Pandas provides powerful tools for combining multiple datasets.

In [None]:
# Create a simple DataFrame with country population data
population_data = pd.DataFrame({
    'Country': ['US', 'India', 'Brazil', 'UK', 'Russia', 'France', 'Italy', 'Germany', 'Spain', 'China'],
    'Population': [331000000, 1380000000, 212000000, 67000000, 146000000, 
                  67000000, 60000000, 83000000, 47000000, 1400000000]
})

population_data

In [None]:
# Merge COVID data with population data
# First, get the latest COVID data for each country
latest_country_data = latest_data.groupby('Country')[['Confirmed', 'Deaths', 'Recovered']].sum().reset_index()

# Merge with population data
merged_data = pd.merge(latest_country_data, population_data, on='Country', how='inner')

# Calculate cases per million population
merged_data['Cases_Per_Million'] = (merged_data['Confirmed'] / merged_data['Population'] * 1000000).round(2)
merged_data['Deaths_Per_Million'] = (merged_data['Deaths'] / merged_data['Population'] * 1000000).round(2)

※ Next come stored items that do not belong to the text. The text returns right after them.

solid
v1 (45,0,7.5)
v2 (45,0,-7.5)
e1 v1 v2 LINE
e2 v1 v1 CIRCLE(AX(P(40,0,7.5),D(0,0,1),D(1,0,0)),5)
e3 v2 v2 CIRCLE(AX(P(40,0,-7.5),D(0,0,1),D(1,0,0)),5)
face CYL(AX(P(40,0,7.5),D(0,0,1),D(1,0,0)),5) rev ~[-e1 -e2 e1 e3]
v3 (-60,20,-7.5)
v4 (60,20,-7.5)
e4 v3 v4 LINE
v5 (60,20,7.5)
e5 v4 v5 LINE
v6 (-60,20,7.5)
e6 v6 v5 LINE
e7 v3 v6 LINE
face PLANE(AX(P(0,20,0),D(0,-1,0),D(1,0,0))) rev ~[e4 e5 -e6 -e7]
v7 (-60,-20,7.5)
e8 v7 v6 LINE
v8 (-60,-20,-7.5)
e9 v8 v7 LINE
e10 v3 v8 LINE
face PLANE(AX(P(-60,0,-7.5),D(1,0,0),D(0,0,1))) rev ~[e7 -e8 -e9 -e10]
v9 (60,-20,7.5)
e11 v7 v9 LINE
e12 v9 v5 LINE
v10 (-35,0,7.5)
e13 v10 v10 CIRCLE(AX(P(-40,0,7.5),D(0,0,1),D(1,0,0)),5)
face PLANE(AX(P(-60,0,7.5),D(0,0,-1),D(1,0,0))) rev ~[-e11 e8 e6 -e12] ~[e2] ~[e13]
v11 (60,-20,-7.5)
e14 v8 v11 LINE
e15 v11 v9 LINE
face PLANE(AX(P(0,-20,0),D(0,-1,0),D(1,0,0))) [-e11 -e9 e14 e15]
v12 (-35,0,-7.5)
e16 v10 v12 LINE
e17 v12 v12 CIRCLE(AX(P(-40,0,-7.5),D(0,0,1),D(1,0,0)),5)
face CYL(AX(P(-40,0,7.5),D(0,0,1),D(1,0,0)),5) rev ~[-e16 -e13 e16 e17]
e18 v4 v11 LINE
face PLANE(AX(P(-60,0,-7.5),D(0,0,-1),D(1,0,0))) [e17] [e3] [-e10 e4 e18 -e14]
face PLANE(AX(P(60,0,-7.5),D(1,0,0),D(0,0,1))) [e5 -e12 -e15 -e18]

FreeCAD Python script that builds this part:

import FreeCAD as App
import Part
import Sketcher

doc = App.newDocument("Part")
params = doc.addObject("Spreadsheet::Sheet", "Params")
for row, (alias, value) in enumerate([
    ("sketch1_width", "120 mm"),
    ("sketch1_height", "15 mm"),
    ("pad1_length", "20 mm"),
    ("pad1_length2", "20 mm"),
    ("sketch2_diameter", "10 mm"),
], start=1):
    params.set(f"A{row}", alias)
    params.set(f"B{row}", "=" + value)
    params.setAlias(f"B{row}", alias)

body = doc.addObject("PartDesign::Body", "Body")

# Sketch on XZ plane
sketch1 = body.newObject("Sketcher::SketchObject", "Sketch")
sketch1.AttachmentSupport = (doc.getObject("XZ_Plane"), [""])
sketch1.MapMode = "FlatFace"
sketch1.addGeometry(Part.LineSegment(App.Vector(-60, 7.5, 0), App.Vector(-60, -7.5, 0)), False)
sketch1.addGeometry(Part.LineSegment(App.Vector(-60, -7.5, 0), App.Vector(60, -7.5, 0)), False)
sketch1.addGeometry(Part.LineSegment(App.Vector(60, -7.5, 0), App.Vector(60, 7.5, 0)), False)
sketch1.addGeometry(Part.LineSegment(App.Vector(60, 7.5, 0), App.Vector(-60, 7.5, 0)), False)
sketch1.addConstraint(Sketcher.Constraint("Coincident", 0, 2, 1, 1))
sketch1.addConstraint(Sketcher.Constraint("Coincident", 1, 2, 2, 1))
sketch1.addConstraint(Sketcher.Constraint("Coincident", 2, 2, 3, 1))
sketch1.addConstraint(Sketcher.Constraint("Coincident", 3, 2, 0, 1))
sketch1.addConstraint(Sketcher.Constraint("Vertical", 0))
sketch1.addConstraint(Sketcher.Constraint("Horizontal", 1))
sketch1.addConstraint(Sketcher.Constraint("Vertical", 2))
sketch1.addConstraint(Sketcher.Constraint("Horizontal", 3))
sketch1.addConstraint(Sketcher.Constraint("Symmetric", 0, 2, 2, 2, -1, 1))
sketch1.addConstraint(Sketcher.Constraint("DistanceX", 1, 1, 1, 2, 120.0))
sketch1.addConstraint(Sketcher.Constraint("DistanceY", 0, 2, 0, 1, 15.0))
sketch1.setExpression("Constraints[9]", "Params.sketch1_width")
sketch1.setExpression("Constraints[10]", "Params.sketch1_height")
pad1 = body.newObject("PartDesign::Pad", "Pad")
pad1.Profile = sketch1
pad1.Type = "TwoLengths"
pad1.setExpression("Length", "Params.pad1_length")
pad1.setExpression("Length2", "Params.pad1_length2")

# Sketch on XY plane
sketch2 = body.newObject("Sketcher::SketchObject", "Sketch001")
sketch2.AttachmentSupport = (doc.getObject("XY_Plane"), [""])
sketch2.MapMode = "FlatFace"
sketch2.AttachmentOffset = App.Placement(App.Vector(0, 0, 7.5), App.Rotation())
sketch2.addGeometry(Part.Circle(App.Vector(-40, 0, 0), App.Vector(0, 0, 1), 5), False)
sketch2.addGeometry(Part.Circle(App.Vector(40, 0, 0), App.Vector(0, 0, 1), 5), False)
sketch2.addConstraint(Sketcher.Constraint("Equal", 0, 1))
sketch2.addConstraint(Sketcher.Constraint("Symmetric", 0, 3, 1, 3, -1, 1))
sketch2.addConstraint(Sketcher.Constraint("PointOnObject", 0, 3, -1))
sketch2.addConstraint(Sketcher.Constraint("Diameter", 0, 10.0))
sketch2.addConstraint(Sketcher.Constraint("DistanceX", 0, 3, -1, 1, 40.0))
sketch2.setExpression("Constraints[3]", "Params.sketch2_diameter")
pocket1 = body.newObject("PartDesign::Pocket", "Pocket")
pocket1.Profile = sketch2
pocket1.Type = "ThroughAll"

doc.recompute()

# Sort by cases per million
merged_data.sort_values('Cases_Per_Million', ascending=False)

## 10. Exporting Data

Pandas makes it easy to export data to various formats.

In [None]:
# Export merged data to CSV
# merged_data.to_csv('covid_with_population.csv', index=False)

# Export to Excel
# merged_data.to_excel('covid_with_population.xlsx', index=False)

# Export to JSON
# merged_data.to_json('covid_with_population.json', orient='records')

## Summary

In this notebook, we've covered the basics of pandas:

1. Creating DataFrames
2. Reading data from CSV files
3. Performing basic DataFrame operations
4. Filtering and querying data
5. Using groupby and aggregations
6. Exporting data to CSV files

These operations form the foundation of data manipulation with pandas and can be combined in many ways to handle complex data tasks.